◆ Your task: Restate, word for word, the lines from the opening line of the data through the line containing "e3 v3 v3 CIRCLE(AX(P(0,0,70),D(0,0,1),D(1,0,0)),10.668)", both included, and nothing else.

◆ Material for the task:
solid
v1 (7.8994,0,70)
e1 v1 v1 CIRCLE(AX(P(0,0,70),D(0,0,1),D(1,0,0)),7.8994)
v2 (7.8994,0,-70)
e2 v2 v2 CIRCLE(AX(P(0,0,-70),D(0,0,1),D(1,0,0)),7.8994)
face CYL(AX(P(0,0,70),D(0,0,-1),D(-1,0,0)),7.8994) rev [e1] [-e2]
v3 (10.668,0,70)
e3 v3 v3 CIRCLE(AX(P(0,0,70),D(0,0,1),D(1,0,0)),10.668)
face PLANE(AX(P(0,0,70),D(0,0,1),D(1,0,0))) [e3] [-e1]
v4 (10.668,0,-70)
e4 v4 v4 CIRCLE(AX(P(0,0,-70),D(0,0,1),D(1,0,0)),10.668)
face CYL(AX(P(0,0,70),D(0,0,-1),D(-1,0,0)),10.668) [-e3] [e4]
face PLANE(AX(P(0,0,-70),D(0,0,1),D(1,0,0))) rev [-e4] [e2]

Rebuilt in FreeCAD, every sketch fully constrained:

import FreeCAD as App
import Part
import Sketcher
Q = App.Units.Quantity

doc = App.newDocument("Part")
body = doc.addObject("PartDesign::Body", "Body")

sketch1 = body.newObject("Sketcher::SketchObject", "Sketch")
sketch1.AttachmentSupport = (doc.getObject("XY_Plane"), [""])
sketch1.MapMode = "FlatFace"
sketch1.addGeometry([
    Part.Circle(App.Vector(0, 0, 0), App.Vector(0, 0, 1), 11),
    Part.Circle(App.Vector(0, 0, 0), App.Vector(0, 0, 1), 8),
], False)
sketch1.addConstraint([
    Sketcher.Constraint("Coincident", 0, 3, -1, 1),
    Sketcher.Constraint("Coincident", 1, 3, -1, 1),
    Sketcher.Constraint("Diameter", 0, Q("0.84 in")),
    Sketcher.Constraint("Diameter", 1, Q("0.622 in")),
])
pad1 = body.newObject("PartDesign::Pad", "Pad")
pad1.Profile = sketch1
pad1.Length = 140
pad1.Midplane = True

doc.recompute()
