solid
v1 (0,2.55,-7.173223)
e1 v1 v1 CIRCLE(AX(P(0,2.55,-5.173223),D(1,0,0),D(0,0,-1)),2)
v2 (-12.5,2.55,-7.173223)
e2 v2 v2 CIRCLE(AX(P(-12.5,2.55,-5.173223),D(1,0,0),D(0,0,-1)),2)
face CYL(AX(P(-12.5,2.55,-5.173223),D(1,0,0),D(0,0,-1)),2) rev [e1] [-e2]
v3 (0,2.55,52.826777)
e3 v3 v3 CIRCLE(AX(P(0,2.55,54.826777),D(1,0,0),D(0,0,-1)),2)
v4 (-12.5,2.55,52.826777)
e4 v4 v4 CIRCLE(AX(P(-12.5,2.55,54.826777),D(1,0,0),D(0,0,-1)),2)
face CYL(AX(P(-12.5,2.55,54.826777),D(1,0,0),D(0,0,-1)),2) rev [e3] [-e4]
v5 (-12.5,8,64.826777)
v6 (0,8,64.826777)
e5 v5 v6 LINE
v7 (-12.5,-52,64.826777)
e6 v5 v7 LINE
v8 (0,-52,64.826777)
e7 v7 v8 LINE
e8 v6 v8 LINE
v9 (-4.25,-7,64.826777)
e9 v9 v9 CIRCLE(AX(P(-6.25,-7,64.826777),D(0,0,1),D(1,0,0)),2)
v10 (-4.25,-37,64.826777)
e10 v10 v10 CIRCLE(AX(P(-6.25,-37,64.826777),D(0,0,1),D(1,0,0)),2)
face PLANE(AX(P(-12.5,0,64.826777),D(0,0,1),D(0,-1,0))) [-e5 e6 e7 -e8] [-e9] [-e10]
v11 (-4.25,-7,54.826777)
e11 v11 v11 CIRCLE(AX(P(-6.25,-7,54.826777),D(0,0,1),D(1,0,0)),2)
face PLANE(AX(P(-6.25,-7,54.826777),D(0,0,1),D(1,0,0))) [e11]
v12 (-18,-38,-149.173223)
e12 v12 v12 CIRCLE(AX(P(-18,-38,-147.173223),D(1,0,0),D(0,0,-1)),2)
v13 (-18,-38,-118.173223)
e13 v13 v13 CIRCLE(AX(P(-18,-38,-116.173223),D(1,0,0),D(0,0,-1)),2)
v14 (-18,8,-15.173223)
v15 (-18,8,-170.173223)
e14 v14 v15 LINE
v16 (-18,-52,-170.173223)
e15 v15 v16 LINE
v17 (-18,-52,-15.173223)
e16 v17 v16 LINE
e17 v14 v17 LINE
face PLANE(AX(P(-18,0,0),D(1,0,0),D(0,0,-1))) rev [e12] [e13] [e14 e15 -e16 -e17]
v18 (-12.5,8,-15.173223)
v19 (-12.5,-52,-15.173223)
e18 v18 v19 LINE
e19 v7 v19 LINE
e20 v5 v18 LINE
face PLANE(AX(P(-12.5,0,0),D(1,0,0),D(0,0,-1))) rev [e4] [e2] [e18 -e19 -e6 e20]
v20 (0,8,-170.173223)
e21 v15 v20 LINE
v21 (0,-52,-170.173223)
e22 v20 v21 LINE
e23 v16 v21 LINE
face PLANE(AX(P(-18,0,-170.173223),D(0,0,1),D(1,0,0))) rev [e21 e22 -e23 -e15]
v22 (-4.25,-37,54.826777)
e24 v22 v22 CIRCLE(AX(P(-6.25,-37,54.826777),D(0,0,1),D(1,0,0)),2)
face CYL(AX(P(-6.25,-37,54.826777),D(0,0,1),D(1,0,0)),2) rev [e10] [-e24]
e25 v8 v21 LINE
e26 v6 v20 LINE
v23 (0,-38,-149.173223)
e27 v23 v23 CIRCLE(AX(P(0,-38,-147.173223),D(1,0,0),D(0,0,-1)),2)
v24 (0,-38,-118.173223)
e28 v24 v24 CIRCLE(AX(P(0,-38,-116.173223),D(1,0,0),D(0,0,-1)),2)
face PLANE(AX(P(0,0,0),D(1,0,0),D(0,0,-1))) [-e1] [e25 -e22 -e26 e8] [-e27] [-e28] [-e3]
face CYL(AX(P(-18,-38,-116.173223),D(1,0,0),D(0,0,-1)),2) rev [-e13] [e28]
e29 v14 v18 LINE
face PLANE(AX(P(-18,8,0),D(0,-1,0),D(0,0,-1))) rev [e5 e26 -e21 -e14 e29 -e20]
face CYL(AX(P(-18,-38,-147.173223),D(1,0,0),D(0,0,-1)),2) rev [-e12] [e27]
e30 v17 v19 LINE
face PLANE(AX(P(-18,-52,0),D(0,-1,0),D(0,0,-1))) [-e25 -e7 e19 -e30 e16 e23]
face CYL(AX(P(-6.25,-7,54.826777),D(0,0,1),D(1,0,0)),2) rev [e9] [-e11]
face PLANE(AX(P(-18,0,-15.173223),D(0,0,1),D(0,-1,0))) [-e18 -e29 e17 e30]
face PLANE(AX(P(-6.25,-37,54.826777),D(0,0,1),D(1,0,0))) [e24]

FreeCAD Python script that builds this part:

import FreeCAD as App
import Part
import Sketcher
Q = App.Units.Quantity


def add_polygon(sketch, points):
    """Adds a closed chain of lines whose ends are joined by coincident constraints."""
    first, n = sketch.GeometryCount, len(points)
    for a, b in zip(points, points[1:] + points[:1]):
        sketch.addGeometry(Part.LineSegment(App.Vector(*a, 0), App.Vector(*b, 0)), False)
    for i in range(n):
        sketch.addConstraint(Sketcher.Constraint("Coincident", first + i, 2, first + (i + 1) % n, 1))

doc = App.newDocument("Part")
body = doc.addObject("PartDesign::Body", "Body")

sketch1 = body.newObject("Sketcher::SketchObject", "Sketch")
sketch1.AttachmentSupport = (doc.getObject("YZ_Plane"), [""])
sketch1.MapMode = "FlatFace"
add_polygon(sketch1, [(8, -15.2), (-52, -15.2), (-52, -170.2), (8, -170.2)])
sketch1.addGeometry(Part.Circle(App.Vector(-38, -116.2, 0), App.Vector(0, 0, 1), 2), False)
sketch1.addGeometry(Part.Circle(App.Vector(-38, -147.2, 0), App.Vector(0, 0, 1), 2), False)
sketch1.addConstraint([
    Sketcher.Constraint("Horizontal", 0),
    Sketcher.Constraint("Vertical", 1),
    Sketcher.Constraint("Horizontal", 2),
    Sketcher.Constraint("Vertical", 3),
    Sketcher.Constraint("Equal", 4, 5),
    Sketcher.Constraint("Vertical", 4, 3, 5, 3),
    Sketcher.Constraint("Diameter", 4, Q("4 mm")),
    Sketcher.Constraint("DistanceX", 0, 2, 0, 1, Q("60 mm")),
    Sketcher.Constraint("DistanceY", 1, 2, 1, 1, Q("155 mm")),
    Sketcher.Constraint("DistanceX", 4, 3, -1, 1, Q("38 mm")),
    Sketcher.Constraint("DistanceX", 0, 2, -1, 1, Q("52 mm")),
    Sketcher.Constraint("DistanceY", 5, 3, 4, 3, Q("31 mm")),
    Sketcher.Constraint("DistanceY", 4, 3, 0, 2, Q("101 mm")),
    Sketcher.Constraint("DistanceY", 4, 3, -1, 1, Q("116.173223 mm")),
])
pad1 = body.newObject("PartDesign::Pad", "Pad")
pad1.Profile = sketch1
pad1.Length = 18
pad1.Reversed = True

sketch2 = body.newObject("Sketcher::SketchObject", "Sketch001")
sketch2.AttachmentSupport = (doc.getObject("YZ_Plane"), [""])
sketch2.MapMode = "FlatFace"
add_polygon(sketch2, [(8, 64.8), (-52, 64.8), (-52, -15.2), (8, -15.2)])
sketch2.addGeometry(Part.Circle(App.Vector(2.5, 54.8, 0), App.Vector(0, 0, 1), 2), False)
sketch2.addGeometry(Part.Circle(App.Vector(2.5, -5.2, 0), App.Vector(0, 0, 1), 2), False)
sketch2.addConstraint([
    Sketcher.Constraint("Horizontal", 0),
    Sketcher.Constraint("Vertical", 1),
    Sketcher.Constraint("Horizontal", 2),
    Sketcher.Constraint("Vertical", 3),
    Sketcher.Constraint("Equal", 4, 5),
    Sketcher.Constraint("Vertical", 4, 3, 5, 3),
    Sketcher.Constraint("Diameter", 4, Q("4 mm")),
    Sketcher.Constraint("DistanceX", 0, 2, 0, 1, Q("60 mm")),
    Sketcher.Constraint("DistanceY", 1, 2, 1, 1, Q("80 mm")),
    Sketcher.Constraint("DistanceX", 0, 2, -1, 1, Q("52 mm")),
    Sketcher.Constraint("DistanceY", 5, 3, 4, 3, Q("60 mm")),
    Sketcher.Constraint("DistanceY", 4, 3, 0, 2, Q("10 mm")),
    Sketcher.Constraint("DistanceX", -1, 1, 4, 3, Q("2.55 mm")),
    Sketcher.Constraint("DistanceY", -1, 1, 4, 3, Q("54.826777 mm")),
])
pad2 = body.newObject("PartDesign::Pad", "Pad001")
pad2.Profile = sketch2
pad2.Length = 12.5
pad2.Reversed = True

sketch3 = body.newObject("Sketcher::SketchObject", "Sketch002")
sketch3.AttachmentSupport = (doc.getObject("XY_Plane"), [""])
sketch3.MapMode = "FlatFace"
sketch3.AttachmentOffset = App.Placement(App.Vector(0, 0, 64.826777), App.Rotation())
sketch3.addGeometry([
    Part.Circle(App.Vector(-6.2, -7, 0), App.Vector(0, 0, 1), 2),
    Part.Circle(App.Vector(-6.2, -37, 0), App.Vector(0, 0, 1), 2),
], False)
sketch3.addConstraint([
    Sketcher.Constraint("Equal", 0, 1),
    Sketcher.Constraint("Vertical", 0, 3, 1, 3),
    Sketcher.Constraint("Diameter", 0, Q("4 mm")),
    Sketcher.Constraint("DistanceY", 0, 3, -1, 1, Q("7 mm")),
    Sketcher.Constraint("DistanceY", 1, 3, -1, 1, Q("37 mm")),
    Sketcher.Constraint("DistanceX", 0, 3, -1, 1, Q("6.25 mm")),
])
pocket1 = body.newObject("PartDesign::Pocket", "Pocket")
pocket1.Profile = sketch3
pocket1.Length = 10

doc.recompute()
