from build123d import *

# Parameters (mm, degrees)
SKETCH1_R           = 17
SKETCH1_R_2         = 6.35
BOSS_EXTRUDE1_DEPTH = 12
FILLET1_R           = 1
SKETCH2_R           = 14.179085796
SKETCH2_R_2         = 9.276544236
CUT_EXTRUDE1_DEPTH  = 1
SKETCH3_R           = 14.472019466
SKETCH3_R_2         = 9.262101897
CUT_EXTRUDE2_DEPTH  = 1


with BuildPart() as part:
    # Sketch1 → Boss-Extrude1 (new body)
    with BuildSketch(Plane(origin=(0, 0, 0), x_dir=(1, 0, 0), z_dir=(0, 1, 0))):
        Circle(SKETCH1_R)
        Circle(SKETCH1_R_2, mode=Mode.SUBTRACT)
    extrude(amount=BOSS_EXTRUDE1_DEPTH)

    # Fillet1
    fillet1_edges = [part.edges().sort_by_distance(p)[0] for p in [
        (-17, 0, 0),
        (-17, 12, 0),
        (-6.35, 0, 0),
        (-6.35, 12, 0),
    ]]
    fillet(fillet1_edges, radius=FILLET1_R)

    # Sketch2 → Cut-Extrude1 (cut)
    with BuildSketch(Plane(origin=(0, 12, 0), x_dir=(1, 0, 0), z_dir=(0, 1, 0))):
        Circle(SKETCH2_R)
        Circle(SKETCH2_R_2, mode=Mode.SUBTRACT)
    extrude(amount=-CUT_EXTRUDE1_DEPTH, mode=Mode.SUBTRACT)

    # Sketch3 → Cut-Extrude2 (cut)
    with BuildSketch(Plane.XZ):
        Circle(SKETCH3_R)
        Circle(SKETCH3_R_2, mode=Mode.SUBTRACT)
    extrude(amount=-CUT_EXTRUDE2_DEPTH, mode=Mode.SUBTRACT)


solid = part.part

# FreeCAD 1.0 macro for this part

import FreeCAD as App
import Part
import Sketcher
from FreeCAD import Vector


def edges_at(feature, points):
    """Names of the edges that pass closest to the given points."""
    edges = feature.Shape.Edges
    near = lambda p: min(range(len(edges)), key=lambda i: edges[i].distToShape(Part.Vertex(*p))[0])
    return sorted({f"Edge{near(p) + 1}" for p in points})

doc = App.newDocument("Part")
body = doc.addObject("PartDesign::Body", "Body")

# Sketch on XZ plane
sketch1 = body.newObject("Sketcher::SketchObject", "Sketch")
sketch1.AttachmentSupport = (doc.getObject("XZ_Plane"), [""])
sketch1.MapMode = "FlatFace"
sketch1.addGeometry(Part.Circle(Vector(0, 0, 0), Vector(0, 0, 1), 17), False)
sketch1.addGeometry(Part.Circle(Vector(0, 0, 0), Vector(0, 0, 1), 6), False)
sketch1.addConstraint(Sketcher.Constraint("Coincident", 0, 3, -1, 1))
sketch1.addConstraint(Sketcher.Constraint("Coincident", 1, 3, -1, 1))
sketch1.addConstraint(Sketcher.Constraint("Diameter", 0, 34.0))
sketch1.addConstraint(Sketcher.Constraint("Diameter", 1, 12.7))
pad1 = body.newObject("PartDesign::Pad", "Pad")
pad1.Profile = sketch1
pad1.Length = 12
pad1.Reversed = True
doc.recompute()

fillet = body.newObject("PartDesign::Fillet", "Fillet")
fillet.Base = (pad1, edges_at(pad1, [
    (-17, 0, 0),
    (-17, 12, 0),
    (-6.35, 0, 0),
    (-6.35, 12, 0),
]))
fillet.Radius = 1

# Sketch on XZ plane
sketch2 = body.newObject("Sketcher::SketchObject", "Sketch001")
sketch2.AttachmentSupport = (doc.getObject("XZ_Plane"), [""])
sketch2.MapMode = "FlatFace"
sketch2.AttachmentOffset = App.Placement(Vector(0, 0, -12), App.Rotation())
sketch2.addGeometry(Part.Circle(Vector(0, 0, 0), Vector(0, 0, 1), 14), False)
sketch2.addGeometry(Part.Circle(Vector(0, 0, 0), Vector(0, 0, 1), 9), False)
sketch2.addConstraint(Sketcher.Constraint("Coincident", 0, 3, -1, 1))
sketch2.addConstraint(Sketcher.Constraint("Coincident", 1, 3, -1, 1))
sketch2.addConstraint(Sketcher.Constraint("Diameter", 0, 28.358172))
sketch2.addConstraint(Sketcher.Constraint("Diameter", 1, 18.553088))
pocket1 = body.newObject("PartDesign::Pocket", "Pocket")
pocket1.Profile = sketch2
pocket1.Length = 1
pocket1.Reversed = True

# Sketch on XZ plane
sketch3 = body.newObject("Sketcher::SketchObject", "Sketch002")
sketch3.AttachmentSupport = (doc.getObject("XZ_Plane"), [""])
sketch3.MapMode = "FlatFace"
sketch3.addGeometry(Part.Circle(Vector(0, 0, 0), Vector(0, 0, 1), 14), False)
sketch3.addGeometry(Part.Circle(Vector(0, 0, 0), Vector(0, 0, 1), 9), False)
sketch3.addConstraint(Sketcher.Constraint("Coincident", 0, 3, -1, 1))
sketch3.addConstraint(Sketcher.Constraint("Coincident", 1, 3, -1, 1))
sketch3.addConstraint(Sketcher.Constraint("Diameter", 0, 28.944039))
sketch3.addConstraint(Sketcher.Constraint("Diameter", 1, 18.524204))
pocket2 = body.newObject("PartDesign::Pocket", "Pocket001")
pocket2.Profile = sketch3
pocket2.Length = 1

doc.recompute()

◆ Result:
solid
v1 (7.8994,0,70)
e1 v1 v1 CIRCLE(AX(P(0,0,70),D(0,0,1),D(1,0,0)),7.8994)
v2 (7.8994,0,-70)
e2 v2 v2 CIRCLE(AX(P(0,0,-70),D(0,0,1),D(1,0,0)),7.8994)
face CYL(AX(P(0,0,70),D(0,0,-1),D(-1,0,0)),7.8994) rev [e1] [-e2]
v3 (10.668,0,70)
e3 v3 v3 CIRCLE(AX(P(0,0,70),D(0,0,1),D(1,0,0)),10.668)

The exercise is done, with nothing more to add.